根治的膀胱切除後に起こり得る問題とその対策
尿路再建(尿路バイパス)
膀胱を除去した後は、尿の排出を確保するために尿路バイパスが作られます。主な方式は以下の2つです。
イレアルコンジット
小腸の一部を利用し、腹部にストーマを作って尿を体外へ排出します。
新膀胱(ネオブレーダー)
小腸または大腸の一部で新しい膀胱を形成し、自然排尿を目指します。
バイパスに関する主な問題と対策は次の通りです。
- ストーマや新膀胱の漏れ・狭窄
対策:定期的な観察、拡張、必要に応じた手術修正。 - 尿路感染症(UTI)リスクの増大
対策:予防的な衛生管理、感染時の迅速な治療、十分な水分摂取。 - 代謝性合併症(電解質異常、ビタミンB12欠乏)

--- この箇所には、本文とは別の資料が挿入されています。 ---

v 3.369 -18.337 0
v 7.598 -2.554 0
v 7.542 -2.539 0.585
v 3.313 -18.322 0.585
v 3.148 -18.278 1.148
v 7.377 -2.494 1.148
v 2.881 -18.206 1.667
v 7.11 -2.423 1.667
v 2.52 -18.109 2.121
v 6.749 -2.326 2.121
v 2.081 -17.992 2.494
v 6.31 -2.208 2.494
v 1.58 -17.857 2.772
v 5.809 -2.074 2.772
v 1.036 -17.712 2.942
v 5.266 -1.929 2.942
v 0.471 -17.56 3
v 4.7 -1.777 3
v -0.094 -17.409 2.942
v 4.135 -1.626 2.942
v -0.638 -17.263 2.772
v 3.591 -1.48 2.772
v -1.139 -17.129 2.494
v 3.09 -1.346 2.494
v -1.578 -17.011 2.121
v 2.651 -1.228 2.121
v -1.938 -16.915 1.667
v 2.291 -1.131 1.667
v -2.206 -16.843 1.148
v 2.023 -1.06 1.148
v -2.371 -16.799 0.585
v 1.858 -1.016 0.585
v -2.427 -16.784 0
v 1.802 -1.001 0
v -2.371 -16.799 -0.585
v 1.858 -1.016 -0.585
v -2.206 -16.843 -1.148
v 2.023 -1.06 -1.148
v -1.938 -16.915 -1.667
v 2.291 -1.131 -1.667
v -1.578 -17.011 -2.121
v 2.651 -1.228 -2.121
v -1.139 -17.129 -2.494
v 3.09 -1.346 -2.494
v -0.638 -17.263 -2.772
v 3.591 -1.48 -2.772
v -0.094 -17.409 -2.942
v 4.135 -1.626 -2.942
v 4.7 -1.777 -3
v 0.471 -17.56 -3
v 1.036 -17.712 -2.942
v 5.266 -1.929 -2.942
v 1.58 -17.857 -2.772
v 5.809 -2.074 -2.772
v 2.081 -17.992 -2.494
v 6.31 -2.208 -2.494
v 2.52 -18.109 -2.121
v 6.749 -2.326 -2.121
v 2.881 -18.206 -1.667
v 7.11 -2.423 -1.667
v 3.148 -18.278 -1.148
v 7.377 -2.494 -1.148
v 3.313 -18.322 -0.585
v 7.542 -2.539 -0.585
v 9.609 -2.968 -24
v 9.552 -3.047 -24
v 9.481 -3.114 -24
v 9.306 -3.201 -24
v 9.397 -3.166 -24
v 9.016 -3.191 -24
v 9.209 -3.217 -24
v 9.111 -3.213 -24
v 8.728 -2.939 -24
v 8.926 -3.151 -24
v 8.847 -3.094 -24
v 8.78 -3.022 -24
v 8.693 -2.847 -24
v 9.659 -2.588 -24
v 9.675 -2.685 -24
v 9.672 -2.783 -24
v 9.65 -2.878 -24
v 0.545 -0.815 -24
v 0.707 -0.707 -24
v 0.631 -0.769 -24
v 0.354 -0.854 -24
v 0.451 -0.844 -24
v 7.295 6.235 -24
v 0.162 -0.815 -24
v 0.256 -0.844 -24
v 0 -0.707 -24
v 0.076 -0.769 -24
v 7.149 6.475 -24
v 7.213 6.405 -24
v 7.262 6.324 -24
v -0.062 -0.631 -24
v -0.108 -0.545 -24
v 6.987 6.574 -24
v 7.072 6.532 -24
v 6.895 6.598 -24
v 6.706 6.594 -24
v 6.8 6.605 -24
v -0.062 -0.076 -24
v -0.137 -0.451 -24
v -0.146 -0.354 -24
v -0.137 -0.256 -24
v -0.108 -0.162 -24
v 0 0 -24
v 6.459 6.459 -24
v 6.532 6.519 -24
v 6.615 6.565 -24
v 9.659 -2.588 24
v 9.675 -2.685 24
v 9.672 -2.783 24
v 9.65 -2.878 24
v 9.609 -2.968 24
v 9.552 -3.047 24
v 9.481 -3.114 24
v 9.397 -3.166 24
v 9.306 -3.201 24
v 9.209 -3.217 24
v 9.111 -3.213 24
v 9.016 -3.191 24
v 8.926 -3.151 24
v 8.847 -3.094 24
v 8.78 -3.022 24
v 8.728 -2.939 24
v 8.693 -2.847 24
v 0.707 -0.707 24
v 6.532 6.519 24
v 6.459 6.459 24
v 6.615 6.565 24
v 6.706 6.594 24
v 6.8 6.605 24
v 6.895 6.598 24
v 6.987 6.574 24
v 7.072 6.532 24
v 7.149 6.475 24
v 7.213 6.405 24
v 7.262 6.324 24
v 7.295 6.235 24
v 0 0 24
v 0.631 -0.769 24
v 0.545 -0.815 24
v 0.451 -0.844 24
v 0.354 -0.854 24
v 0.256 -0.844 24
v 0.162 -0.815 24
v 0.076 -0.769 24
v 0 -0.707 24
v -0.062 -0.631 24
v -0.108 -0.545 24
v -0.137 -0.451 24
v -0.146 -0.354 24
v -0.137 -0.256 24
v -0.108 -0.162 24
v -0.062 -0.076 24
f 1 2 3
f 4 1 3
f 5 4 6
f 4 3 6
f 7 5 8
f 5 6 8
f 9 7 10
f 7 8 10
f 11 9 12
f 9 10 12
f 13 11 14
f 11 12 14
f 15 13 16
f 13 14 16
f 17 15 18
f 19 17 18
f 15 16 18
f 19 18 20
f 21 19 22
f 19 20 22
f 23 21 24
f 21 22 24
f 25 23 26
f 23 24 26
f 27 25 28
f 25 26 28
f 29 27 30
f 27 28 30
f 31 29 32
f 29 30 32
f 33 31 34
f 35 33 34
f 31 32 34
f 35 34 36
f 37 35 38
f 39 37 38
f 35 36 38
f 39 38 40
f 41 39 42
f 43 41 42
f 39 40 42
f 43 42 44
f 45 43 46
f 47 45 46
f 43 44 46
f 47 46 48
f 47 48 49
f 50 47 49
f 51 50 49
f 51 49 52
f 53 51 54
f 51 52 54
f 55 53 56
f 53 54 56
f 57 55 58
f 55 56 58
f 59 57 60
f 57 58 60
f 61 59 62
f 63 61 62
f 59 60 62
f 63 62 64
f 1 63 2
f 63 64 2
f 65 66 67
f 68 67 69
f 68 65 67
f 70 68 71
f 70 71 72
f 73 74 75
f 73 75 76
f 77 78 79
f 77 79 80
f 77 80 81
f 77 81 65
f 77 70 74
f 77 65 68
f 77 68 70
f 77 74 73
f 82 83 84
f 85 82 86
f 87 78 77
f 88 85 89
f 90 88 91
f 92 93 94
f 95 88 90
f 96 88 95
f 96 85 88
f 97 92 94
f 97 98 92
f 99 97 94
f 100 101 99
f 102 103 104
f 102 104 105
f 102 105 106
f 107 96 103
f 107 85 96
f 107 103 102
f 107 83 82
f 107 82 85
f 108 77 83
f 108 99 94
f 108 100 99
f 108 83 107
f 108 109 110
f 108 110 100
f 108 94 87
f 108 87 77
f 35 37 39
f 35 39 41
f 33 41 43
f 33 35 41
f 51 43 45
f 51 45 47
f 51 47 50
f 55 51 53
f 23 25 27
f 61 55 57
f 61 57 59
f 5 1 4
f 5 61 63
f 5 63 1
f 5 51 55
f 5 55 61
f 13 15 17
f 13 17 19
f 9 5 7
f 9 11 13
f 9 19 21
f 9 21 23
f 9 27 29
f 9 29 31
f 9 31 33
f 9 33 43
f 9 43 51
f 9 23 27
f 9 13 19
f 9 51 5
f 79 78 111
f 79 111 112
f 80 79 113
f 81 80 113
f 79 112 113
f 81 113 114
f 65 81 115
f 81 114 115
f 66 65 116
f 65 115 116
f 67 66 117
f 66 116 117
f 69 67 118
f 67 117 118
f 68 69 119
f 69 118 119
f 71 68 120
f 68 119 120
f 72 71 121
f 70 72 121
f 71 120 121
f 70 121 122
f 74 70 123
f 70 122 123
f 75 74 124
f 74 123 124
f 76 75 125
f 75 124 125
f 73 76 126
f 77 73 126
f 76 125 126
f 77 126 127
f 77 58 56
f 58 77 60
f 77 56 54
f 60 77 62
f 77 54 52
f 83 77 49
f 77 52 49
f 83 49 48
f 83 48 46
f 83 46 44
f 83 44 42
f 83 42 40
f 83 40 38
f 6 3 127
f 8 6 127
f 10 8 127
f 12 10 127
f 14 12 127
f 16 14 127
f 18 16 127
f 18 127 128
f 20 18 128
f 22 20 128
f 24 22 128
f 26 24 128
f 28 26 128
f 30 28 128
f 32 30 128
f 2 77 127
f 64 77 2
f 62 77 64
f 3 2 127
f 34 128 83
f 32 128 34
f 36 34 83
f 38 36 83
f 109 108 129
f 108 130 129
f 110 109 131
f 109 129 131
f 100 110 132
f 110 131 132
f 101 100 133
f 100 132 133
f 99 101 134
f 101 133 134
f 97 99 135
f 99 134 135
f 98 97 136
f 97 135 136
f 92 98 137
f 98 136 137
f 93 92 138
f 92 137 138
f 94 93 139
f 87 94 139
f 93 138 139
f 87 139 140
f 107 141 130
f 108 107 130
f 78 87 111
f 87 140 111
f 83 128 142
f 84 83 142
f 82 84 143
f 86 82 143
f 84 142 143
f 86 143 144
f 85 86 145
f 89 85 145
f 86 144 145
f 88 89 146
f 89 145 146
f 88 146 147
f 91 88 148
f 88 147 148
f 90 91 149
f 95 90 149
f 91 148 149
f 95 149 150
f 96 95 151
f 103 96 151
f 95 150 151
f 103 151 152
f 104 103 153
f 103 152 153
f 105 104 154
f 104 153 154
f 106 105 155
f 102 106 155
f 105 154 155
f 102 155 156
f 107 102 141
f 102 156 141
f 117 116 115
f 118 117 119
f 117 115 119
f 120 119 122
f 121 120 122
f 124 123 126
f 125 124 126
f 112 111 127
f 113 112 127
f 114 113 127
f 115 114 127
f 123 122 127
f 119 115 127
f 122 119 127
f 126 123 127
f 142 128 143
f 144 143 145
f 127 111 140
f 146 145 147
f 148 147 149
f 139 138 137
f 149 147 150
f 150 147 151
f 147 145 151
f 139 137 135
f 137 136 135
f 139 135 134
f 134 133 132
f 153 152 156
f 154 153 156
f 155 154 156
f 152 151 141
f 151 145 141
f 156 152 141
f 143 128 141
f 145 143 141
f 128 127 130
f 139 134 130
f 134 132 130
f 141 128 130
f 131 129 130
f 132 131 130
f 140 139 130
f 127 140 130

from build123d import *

# Parameters (mm, degrees)
BOSS_EXTRUDE1_DEPTH = 24
BOSS_EXTRUDE2_DEPTH = 48
SKETCH3_R           = 3
BOSS_EXTRUDE3_DEPTH = 16.34


with BuildPart() as part:
    # Sketch1 → Boss-Extrude1 (new, symmetric)
    with BuildSketch(Plane.XY):
        with BuildLine():
            Line((0, 0), (6.458695376, 6.458695376))
            ThreePointArc((6.458695376, 6.458695376), (6.941658289, 6.588104899), (7.29521168, 6.234551508))
            Line((7.29521168, 6.234551508), (9.659258263, -2.588190451))
            ThreePointArc((9.659258263, -2.588190451), (9.305704872, -3.200562887), (8.693332437, -2.847009496))
            Line((8.693332437, -2.847009496), (6.77757359, 4.302699856))
            ThreePointArc((6.77757359, 4.302699856), (6.424020199, 4.656253246), (5.941057286, 4.526843724))
            Line((5.941057286, 4.526843724), (0.707106781, -0.707106781))
            ThreePointArc((0.707106781, -0.707106781), (0, -0.707106781), (0, 0))
        make_face()
    extrude(amount=BOSS_EXTRUDE1_DEPTH, both=True)

    # Sketch2 → Boss-Extrude2 (add)
    with BuildSketch(Plane.XY.offset(24)):
        with BuildLine():
            Line((0.707106781, -0.707106781), (5.941057286, 4.526843724))
            ThreePointArc((5.941057286, 4.526843724), (6.424020199, 4.656253246), (6.77757359, 4.302699856))
            Line((6.77757359, 4.302699856), (8.693332437, -2.847009496))
            Line((8.693332437, -2.847009496), (0.707106781, -0.707106781))
        make_face()
    extrude(amount=-BOSS_EXTRUDE2_DEPTH)

    # Sketch3 → Boss-Extrude3 (add)
    with BuildSketch(Plane(origin=(-0.129409523, -0.482962913, 0), x_dir=(0.9659258262890683, -0.25881904510252096, 0), z_dir=(-0.25881904510252096, -0.9659258262890683, 0))):
        with Locations((5, 0)):
            Circle(SKETCH3_R)
    extrude(amount=BOSS_EXTRUDE3_DEPTH)


solid = part.part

対策:血液検査によるモニタリング、食事調整、必要に応じたサプリメント。
性機能への影響
手術に伴う神経損傷などで、男女ともに性機能に変化が生じます。
男性
勃起不全が頻繁に起こります。
対策:薬物療法、陰茎インプラント、真空補助装置など。
女性
膣の潤滑低下、短縮、性欲減退がみられます。
対策:ホルモン補充、潤滑剤使用、骨盤底筋トレーニング。
腸機能障害
骨盤解剖の変化により、腸の動きが乱れます。
- 下痢・便秘
対策:食事の見直し、薬物療法、生活習慣の改善。 - 排便失禁
対策:骨盤底筋エクササイズ、バイオフィードバック、必要に応じた手術。
リンパ浮腫
手術でリンパ節が除去されると、脚や腹部にむくみが出やすくなります。
対策:圧迫衣、患部の挙上、適度な運動、リンパドレナージュ。
心理的影響
大手術後の身体機能変化は精神的負担を伴います。
対策:医療スタッフやカウンセラーへの相談、患者会への参加、ストレス軽減法の実践。
根治的膀胱切除を受けた方は、術後の問題を早期に把握し、医療チームと密に連携することが回復の鍵です。定期的なフォローアップとオープンなコミュニケーションで、長期的な合併症の予防・管理を目指しましょう。